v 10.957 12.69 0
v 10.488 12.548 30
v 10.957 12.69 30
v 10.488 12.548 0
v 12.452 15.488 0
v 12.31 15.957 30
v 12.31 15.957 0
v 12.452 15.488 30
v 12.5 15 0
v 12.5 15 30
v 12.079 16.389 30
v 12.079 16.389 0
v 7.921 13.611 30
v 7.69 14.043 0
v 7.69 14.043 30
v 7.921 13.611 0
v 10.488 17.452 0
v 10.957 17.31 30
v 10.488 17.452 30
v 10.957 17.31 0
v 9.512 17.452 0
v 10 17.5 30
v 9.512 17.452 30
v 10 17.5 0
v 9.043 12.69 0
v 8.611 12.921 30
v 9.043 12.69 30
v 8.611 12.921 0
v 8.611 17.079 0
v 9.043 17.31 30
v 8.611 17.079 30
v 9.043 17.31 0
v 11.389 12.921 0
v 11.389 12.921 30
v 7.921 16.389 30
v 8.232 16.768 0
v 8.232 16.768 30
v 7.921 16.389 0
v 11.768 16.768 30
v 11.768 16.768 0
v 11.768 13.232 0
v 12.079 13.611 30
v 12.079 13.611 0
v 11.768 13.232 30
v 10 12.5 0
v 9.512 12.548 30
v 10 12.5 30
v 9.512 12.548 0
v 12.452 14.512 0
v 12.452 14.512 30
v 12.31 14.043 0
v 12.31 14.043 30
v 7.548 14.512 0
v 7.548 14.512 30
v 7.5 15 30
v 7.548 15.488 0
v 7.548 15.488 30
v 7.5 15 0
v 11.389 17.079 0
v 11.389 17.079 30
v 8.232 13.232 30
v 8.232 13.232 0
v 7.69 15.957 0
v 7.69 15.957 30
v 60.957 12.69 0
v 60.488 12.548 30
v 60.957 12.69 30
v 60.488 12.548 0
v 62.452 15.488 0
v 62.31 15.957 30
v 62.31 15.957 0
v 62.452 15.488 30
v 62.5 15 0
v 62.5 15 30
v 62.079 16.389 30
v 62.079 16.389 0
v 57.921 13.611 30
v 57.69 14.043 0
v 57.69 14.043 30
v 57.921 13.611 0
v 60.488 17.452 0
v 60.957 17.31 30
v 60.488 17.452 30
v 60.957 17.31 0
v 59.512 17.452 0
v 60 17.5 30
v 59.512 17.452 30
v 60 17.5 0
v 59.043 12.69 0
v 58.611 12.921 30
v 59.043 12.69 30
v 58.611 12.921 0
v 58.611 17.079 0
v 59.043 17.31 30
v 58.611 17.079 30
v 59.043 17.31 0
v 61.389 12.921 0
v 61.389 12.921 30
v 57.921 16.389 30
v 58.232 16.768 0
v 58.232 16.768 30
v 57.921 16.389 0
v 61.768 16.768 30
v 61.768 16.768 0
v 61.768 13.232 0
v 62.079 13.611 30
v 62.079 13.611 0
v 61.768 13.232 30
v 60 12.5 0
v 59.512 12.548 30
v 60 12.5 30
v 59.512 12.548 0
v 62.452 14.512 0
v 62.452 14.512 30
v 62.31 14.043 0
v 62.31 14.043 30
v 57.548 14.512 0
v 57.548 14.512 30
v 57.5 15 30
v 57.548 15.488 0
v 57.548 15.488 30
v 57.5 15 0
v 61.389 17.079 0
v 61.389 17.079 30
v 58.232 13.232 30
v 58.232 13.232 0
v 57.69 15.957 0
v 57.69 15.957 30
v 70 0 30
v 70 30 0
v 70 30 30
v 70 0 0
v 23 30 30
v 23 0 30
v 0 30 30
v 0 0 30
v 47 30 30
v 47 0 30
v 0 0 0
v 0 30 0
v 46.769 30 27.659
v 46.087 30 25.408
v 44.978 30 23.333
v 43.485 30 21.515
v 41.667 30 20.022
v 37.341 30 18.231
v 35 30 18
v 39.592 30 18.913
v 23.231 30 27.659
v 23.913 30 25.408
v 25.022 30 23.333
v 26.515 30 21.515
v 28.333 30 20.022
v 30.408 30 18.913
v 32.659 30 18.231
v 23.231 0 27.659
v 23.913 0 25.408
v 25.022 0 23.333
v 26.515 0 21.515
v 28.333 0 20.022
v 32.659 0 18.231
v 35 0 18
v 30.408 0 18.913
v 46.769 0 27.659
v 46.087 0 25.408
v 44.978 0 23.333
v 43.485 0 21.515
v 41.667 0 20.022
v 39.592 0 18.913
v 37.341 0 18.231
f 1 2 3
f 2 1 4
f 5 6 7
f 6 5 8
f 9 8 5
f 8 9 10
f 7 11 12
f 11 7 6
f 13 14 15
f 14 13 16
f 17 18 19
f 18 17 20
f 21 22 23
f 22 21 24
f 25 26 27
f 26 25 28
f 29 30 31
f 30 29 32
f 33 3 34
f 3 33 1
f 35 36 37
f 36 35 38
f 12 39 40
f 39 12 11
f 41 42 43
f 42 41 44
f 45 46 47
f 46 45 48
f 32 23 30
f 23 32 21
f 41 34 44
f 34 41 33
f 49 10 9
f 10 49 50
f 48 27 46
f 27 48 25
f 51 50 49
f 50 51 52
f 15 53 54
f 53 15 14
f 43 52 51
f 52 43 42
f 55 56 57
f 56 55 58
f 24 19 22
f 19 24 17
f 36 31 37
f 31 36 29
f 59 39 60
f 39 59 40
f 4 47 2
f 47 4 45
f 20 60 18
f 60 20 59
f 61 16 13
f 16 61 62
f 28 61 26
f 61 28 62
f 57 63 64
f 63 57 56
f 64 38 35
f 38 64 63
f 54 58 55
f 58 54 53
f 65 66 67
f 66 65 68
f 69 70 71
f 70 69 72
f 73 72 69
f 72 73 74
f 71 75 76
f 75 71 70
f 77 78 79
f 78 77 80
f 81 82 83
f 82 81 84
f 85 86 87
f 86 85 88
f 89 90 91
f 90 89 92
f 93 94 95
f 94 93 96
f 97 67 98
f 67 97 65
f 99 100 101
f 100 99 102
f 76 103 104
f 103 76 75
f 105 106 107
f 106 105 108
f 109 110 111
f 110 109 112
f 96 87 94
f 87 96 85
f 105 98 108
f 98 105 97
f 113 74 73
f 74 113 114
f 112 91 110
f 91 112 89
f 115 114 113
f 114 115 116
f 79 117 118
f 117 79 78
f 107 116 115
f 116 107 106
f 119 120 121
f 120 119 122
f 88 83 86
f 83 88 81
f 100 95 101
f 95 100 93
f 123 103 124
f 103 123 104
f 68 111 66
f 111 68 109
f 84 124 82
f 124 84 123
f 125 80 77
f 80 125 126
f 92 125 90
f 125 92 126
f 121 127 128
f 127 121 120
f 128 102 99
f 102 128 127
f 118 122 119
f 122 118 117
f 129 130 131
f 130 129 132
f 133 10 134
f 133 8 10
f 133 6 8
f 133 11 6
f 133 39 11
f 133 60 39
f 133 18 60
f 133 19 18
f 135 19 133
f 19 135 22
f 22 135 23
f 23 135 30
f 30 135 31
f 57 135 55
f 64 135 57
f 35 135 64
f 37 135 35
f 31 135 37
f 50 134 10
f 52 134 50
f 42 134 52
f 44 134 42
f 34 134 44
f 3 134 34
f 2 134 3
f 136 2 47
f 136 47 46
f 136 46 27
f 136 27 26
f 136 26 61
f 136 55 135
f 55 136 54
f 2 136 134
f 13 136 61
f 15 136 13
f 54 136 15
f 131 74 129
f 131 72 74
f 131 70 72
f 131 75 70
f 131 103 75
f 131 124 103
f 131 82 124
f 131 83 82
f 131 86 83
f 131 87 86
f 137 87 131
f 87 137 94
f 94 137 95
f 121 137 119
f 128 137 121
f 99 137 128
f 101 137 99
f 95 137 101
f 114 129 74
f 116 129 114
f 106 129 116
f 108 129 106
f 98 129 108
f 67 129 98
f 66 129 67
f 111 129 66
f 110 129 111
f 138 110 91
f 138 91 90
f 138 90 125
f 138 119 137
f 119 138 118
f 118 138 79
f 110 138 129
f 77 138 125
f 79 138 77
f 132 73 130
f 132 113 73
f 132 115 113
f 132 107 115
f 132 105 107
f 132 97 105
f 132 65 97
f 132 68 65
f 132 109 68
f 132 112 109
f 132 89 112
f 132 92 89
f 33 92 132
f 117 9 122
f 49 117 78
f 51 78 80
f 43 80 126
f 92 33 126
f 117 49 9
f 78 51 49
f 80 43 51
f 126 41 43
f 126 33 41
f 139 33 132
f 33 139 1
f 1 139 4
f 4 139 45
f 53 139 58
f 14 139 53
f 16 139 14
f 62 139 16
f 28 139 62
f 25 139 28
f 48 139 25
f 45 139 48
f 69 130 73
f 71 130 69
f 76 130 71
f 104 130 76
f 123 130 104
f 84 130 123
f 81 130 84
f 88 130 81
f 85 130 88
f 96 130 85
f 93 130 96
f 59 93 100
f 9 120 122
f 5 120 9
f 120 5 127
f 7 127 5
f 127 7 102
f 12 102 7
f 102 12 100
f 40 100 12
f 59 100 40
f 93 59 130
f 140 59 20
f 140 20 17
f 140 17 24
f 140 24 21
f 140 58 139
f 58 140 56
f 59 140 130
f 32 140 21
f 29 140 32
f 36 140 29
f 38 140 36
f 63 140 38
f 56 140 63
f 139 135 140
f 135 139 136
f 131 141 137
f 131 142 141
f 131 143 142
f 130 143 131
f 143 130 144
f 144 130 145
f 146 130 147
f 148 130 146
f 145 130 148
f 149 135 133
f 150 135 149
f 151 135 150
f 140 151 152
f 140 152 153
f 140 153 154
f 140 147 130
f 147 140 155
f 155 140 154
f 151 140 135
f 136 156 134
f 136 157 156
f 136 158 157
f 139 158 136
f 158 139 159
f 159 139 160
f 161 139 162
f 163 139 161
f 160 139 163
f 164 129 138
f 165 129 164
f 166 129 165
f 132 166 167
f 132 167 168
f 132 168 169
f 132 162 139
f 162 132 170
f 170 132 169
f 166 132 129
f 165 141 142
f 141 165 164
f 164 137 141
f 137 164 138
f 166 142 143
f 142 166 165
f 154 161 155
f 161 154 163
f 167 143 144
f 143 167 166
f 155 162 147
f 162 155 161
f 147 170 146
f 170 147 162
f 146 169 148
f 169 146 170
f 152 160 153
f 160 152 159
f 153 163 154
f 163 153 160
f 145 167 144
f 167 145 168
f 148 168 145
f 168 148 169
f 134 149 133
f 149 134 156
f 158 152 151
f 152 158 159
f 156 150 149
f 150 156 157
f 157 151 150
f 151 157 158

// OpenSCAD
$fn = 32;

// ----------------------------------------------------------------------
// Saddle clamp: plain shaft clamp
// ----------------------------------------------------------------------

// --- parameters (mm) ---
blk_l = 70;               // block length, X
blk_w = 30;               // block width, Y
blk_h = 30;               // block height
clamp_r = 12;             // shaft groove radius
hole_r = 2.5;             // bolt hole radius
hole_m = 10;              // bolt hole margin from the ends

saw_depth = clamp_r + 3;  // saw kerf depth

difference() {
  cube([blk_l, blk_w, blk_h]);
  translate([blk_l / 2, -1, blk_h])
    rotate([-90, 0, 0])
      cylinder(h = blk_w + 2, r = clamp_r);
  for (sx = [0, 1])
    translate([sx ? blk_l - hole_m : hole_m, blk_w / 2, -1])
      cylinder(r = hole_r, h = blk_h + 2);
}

|---|

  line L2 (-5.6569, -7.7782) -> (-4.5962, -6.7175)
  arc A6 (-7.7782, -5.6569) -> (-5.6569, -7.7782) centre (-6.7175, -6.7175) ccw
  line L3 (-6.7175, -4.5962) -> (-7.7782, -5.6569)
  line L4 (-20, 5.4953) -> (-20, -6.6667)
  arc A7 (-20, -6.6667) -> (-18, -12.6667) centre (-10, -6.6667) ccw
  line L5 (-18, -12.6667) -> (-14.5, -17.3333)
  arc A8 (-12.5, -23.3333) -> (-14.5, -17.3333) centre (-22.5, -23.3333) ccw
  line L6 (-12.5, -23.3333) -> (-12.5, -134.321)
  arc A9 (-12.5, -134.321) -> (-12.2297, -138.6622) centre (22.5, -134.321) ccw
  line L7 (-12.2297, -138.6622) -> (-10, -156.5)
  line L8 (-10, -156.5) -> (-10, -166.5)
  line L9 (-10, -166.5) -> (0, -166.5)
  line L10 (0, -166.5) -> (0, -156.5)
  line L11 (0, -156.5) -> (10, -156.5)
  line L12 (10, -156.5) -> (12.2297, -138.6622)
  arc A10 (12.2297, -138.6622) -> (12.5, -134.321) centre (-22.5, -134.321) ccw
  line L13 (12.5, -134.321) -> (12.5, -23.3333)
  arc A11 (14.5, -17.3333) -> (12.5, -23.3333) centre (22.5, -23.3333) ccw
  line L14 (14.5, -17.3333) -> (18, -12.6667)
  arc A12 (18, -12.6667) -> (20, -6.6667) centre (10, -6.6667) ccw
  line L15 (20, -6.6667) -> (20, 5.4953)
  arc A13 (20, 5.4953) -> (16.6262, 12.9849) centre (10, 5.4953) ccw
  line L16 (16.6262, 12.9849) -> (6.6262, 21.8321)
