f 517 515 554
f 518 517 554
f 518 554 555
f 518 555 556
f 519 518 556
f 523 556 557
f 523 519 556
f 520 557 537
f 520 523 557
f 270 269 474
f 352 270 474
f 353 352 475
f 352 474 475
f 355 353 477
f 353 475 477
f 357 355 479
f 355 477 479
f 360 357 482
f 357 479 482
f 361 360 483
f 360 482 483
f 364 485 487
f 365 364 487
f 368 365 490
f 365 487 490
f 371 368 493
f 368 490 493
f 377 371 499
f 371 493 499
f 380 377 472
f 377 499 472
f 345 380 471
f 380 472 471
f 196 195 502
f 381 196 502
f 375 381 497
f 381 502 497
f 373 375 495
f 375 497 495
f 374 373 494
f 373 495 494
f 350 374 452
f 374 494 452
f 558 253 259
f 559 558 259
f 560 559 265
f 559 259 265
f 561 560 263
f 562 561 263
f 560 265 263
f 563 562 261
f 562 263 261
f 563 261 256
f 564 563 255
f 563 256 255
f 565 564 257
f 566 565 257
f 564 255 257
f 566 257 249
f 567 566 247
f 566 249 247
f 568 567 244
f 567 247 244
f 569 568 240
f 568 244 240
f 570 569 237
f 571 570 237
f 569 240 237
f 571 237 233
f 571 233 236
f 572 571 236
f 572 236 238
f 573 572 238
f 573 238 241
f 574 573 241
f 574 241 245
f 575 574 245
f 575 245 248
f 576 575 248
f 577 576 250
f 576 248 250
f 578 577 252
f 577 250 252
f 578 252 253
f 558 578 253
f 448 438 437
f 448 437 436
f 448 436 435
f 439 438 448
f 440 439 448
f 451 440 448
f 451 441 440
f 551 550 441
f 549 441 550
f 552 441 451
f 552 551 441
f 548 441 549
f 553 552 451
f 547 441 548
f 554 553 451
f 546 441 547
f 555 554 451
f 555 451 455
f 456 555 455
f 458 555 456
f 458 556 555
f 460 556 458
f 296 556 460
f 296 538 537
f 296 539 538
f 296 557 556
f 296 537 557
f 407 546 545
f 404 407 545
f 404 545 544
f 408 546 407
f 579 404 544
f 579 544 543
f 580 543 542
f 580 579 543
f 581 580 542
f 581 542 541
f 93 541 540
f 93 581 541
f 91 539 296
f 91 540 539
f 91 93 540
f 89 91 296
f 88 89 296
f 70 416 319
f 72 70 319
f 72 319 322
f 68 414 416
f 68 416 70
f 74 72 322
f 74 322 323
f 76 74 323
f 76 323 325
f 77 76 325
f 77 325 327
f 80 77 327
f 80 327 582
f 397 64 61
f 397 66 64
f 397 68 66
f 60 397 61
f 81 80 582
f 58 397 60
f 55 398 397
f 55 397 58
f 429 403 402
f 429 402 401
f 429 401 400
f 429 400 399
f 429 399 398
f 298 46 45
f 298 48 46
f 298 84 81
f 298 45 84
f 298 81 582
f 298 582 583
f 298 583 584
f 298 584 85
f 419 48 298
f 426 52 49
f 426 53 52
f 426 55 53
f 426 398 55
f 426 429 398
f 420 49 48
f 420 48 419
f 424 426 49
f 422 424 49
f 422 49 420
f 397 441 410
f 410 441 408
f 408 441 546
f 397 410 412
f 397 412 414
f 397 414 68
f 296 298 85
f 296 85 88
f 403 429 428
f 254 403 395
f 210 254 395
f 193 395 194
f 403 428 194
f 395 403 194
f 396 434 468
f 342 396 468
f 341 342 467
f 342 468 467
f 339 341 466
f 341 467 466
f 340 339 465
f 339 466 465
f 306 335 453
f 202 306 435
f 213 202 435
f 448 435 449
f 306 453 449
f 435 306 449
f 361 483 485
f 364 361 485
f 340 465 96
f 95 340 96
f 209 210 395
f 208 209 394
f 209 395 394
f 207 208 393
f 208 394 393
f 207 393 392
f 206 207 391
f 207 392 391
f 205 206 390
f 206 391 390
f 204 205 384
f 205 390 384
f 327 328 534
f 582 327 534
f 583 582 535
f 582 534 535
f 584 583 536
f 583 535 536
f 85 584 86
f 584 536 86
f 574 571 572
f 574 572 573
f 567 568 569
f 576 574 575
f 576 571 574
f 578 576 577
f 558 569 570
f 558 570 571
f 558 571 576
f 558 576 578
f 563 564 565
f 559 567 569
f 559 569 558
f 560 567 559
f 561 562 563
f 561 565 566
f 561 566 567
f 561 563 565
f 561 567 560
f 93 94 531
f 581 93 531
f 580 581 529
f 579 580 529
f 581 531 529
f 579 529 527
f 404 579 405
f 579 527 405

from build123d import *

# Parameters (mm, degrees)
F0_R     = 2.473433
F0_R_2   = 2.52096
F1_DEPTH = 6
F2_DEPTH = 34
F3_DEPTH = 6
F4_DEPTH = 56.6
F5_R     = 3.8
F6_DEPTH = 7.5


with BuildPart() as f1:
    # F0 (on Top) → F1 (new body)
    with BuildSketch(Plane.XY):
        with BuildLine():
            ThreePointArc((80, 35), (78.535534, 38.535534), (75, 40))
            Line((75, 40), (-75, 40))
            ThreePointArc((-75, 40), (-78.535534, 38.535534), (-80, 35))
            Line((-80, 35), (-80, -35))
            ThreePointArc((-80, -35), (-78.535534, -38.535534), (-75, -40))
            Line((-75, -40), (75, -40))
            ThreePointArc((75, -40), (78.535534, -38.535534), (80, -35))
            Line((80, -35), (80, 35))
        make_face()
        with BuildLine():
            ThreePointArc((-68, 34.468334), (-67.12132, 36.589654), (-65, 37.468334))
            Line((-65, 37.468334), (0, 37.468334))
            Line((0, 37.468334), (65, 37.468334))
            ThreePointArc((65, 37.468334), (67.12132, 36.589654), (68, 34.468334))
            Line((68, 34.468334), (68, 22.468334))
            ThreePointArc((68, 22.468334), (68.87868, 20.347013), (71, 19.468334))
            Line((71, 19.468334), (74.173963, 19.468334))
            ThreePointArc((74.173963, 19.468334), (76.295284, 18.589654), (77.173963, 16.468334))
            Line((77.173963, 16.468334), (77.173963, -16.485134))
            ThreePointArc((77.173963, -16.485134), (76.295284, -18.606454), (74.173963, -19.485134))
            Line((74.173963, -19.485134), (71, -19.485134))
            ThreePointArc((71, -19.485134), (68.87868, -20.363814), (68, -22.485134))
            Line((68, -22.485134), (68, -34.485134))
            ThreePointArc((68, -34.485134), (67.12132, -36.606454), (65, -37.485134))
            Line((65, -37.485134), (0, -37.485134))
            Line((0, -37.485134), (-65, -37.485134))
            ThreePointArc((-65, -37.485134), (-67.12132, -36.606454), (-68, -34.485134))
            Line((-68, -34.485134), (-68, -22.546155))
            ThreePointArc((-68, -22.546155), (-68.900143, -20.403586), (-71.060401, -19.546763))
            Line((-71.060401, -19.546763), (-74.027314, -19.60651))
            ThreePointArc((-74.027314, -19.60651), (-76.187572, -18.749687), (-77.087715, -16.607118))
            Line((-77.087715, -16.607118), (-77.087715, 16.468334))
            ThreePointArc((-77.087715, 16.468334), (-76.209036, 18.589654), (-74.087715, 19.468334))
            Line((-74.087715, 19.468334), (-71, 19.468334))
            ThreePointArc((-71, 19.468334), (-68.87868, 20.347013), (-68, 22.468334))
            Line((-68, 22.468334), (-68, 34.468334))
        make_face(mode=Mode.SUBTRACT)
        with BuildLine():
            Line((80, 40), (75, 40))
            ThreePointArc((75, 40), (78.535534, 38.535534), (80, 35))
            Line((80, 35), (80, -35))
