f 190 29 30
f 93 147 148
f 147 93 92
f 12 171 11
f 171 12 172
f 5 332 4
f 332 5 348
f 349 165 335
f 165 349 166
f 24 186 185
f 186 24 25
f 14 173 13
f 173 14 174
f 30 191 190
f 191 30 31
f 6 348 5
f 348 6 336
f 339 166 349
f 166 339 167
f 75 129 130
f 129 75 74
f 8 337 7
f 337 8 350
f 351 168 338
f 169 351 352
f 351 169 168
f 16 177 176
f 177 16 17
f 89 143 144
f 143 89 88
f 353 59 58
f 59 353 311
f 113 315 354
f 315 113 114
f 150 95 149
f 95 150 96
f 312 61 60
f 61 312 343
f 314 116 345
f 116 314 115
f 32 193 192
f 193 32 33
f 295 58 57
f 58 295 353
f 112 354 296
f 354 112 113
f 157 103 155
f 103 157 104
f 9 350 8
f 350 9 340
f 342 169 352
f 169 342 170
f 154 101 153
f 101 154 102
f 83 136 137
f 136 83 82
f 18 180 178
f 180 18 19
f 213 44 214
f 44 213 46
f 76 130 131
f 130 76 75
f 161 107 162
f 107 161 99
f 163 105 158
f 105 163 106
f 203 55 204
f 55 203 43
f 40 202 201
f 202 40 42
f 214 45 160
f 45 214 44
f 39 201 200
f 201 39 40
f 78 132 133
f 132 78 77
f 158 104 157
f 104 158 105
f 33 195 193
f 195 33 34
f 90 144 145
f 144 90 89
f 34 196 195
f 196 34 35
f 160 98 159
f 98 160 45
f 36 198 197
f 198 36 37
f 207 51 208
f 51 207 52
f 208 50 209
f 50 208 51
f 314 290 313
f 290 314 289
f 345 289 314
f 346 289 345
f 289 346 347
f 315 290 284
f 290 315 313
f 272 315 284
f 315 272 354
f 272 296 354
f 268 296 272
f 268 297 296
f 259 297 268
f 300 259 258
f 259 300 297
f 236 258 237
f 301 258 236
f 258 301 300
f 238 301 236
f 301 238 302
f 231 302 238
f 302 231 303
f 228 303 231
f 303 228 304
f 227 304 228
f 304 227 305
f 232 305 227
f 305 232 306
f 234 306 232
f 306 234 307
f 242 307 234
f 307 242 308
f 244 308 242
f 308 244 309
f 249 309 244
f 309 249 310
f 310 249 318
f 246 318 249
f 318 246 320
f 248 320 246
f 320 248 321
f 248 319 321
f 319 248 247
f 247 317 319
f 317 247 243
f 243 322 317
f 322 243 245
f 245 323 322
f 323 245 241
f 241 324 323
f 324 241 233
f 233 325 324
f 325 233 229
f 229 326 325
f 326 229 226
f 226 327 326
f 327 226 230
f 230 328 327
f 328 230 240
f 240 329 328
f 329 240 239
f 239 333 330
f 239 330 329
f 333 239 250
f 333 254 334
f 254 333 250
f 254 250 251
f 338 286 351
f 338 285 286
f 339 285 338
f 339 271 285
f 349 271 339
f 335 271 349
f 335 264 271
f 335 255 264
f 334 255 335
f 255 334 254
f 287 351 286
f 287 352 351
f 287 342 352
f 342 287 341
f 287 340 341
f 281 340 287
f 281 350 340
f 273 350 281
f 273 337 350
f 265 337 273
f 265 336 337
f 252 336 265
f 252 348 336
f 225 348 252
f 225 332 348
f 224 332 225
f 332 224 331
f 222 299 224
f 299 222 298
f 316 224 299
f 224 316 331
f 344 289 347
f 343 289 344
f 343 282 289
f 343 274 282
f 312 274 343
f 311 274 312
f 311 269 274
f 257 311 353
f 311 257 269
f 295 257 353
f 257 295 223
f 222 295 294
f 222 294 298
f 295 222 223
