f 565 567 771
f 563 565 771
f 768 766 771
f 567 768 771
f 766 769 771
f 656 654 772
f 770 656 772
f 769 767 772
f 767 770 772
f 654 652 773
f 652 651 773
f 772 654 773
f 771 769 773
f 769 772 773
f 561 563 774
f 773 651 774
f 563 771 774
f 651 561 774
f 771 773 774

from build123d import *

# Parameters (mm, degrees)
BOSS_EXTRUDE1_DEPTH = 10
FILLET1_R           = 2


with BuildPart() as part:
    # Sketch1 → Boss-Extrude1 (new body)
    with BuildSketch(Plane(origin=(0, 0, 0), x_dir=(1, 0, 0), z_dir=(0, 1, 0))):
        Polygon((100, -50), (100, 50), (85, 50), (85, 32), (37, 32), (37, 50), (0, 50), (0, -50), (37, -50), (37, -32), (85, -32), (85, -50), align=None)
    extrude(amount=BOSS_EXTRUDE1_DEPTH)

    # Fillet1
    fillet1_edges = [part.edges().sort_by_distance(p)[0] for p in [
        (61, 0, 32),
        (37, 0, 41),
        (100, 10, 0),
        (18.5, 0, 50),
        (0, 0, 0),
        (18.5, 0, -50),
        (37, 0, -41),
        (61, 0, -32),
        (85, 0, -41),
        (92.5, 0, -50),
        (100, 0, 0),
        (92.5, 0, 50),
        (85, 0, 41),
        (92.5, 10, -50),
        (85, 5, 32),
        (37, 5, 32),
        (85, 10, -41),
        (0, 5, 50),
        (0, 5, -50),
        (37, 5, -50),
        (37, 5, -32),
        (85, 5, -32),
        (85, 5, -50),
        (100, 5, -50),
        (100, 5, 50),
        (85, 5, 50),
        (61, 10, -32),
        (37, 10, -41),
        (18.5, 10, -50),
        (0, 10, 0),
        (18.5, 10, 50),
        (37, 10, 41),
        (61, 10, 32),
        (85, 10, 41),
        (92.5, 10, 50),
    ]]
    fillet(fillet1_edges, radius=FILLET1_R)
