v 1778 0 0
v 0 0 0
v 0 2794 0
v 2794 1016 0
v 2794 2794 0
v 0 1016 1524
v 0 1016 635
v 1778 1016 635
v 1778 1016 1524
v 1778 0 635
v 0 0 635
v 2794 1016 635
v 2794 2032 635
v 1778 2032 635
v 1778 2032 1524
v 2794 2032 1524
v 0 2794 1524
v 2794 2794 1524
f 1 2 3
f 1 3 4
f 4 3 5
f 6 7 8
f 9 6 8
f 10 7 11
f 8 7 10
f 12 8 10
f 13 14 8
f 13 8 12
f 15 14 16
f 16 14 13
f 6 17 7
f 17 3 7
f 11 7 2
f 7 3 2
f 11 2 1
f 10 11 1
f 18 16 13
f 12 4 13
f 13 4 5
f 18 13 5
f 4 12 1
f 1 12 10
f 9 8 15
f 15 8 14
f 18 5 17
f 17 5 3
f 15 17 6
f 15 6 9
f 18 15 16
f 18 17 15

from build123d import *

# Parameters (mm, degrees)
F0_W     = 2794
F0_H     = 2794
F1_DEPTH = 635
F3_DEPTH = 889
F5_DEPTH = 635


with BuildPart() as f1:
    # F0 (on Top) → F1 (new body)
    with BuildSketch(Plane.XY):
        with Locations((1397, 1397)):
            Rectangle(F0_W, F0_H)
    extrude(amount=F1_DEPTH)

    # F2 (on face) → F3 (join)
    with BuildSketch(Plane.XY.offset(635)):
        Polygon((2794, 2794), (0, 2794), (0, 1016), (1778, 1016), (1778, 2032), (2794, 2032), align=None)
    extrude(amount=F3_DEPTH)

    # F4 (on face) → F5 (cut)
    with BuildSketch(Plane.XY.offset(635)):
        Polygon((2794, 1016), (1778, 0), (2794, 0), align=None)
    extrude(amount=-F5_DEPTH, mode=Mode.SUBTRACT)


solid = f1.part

|---|

Give the number of lines in the entries that contain "centre", and add nothing.

Response to the exercise:
8